# Incendent along Lakeside



## pappabee (Jun 22, 2010)

This is from the Guadlajara Reporter. As of yet not a lot more information is available.

Chapala couple and infant killed in drive-by shooting | Guadalajara Reporter


----------



## FHBOY (Jun 15, 2010)

pappabee said:


> This is from the Guadlajara Reporter. As of yet not a lot more information is available.
> 
> Chapala couple and infant killed in drive-by shooting | Guadalajara Reporter


Please keep us updated, especially with the reaction from the expat community. This is the 2nd incident in less than a year. Doesn't change our minds about our move, would like to hear others.

Thanks


----------



## Oldjuggy (Jan 4, 2011)

We're not deterred for a minute. Stay alert, stay vigil, stay happy. Day to day living hasn't changed.


----------



## RVGRINGO (May 16, 2007)

This recent incident in Ajijic, at first impression, would appear to be a targeted assasination with attendant distractions and warnings, as the perpetrators made their escape.
The previous incident, in Chapala, was a police chase with subsequent takedown of the bad guys.
Neither incident has change the daily routine in any way. These are not 'random' events; nor are they 'road rage' or even convenience store robberies, which make folks avoid public places in other countries.


----------



## AlanMexicali (Jun 1, 2011)

*Crime*



RVGRINGO said:


> This recent incident in Ajijic, at first impression, would appear to be a targeted assasination with attendant distractions and warnings, as the perpetrators made their escape.
> The previous incident, in Chapala, was a police chase with subsequent takedown of the bad guys.
> Neither incident has change the daily routine in any way. These are not 'random' events; nor are they 'road rage' or even convenience store robberies, which make folks avoid public places in other countries.

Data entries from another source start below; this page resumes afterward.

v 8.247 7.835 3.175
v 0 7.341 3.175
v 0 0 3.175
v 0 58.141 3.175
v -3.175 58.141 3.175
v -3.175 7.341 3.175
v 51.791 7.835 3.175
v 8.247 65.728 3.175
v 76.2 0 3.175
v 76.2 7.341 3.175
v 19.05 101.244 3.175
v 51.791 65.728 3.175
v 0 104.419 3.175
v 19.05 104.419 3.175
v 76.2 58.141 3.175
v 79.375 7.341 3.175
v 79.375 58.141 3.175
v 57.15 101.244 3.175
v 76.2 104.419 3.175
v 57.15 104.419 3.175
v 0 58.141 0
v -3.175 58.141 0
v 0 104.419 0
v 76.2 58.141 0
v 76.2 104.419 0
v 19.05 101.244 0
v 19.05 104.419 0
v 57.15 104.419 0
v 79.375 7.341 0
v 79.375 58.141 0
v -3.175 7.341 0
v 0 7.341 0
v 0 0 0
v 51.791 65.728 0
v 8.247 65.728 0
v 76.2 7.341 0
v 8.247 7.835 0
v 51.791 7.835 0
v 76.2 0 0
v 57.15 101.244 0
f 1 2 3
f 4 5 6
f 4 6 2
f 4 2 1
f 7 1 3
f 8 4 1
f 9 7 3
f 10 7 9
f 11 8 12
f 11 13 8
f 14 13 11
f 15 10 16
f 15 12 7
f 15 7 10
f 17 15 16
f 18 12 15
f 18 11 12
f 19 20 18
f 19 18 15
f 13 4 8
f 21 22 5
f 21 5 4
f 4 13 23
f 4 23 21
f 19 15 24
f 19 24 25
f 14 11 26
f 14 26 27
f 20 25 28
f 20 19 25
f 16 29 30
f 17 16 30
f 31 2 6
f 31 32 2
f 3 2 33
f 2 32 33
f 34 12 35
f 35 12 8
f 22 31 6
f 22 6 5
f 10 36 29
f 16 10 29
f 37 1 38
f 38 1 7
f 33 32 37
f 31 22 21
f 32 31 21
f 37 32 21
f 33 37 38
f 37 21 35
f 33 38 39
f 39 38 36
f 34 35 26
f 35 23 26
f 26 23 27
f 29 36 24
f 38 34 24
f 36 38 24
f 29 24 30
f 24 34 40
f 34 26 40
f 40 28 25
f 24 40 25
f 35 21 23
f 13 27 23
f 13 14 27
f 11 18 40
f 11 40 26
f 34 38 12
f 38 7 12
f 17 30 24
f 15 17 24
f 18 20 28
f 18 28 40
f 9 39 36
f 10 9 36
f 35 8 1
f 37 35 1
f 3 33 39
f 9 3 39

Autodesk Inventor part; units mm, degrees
ref_plane "YZ Plane" through (0, 0, 0) normal (1, 0, 0) x (0, 1, 0)
ref_plane "XZ Plane" through (0, 0, 0) normal (0, 1, 0) x (-1, 0, 0)
ref_plane "XY Plane" through (0, 0, 0) normal (0, 0, 1) x (1, 0, 0)
sketch "Sketch1" plane through (0, 0, 0) normal (0, 0, 1) x (1, 0, 0)
  line L0 (0, 0) -> (76.2, 0)
  line L1 (76.2, 0) -> (76.2, 79.0194)
  line L2 (76.2, 79.0194) -> (0, 79.0194)
  line L3 (0, 79.0194) -> (0, 0)
  line L4 (0, 7.3406) -> (-3.175, 7.3406)
  line L5 (-3.175, 7.3406) -> (-3.175, 58.1406)
  line L6 (-3.175, 58.1406) -> (0, 58.1406)
  line L7 (0, 58.1406) -> (0, 7.3406)
  line L8 (38.1, 79.0194) -> (38.1, 15.1376) construction
  line L9 (76.2, 0) -> (0, 0)
  line L10 (76.2, 79.0194) -> (76.2, 0)
  line L11 (76.2, 7.3406) -> (79.375, 7.3406)
  line L12 (79.375, 7.3406) -> (79.375, 58.1406)
  line L13 (79.375, 58.1406) -> (76.2, 58.1406)
  line L14 (76.2, 58.1406) -> (76.2, 7.3406)
  dimension "d0" = 76.2
  dimension "d1" = 79.0194
  dimension "d2" = 7.3406
  dimension "d3" = 50.8
  dimension "d6" = 3.175
extrude "Extrusion1" add sketch "Sketch1" along normal blind 3.175
sketch "Sketch2" plane through (0, 0, 3.175) normal (0, 0, 1) x (1, 0, 0)
  line L0 (76.2, 79.0194) -> (0, 79.0194) projected
  line L1 (0, 79.0194) -> (76.2, 79.0194)
  line L2 (76.2, 79.0194) -> (76.2, 104.4194)
  line L3 (76.2, 104.4194) -> (0, 104.4194)
  line L4 (0, 104.4194) -> (0, 79.0194)
  point P0 (0, 0)
  dimension "d7" = 25.4
extrude "Extrusion2" add sketch "Sketch2" against normal blind 3.175
sketch "Sketch3" plane through (0, 0, 3.175) normal (0, 0, 1) x (1, 0, 0)
  line L0 (76.2, 104.4194) -> (0, 104.4194) projected
  line L1 (19.05, 104.4194) -> (57.15, 104.4194)
  line L2 (57.15, 104.4194) -> (57.15, 101.2444)
  line L3 (57.15, 101.2444) -> (19.05, 101.2444)
  line L4 (19.05, 101.2444) -> (19.05, 104.4194)
  line L5 (0, 104.4194) -> (0, 58.1406) projected
  point P0 (0, 0)
  dimension "d10" = 3.175
  dimension "d11" = 38.1
  dimension "d12" = 19.05
extrude "Extrusion3" cut sketch "Sketch3" against normal blind 3.175
sketch "Sketch5" plane through (0, 0, 3.175) normal (0, 0, 1) x (1, 0, 0)
  line L0 (51.7909, 65.7282) -> (8.247, 65.7282)
  line L1 (8.247, 65.7282) -> (8.247, 7.8346)
  line L2 (8.247, 7.8346) -> (51.7909, 7.8346)
  line L3 (51.7909, 7.8346) -> (51.7909, 65.7282)
  point P0 (0, 0)
extrude "Extrusion4" cut sketch "Sketch5" against normal blind 25.4
properties part number "front"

I have been following the San Diego news on the web and am truly surprised to read about the rise in murders and violent crime this past year. The last couple of weeks alone there has been 2 bodies found and 3 murders. Two murdered taxi drivers lately and a couple car jackings , one he took the women to two ATMs to withdraw cash. A 1/2 dozen ATM machines hauled away. Two armed jewelry store invasions. One police killed 5 weeks ago and one police fired and on trial for soliciting sexual favors from 19 women in the Gaslamp area when he stopped them for suspected DUI. It seems for months now they are 2 murders a week going on.


----------



## pappabee (Jun 22, 2010)

AlanMexicali said:


> I have been following the San Diego news on the web and am truly surprised to read about the rise in murders and violent crime this past year. The last couple of weeks alone there has been 2 bodies found and 3 murders. Two murdered taxi drivers lately and a couple car jackings , one he took the women to two ATMs to withdraw cash. A 1/2 dozen ATM machines hauled away. Two armed jewelry store invasions. One police killed 5 weeks ago and one police fired and on trial for soliciting sexual favors from 19 women in the Gaslamp area when he stopped them for suspected DUI. It seems for months now they are 2 murders a week going on.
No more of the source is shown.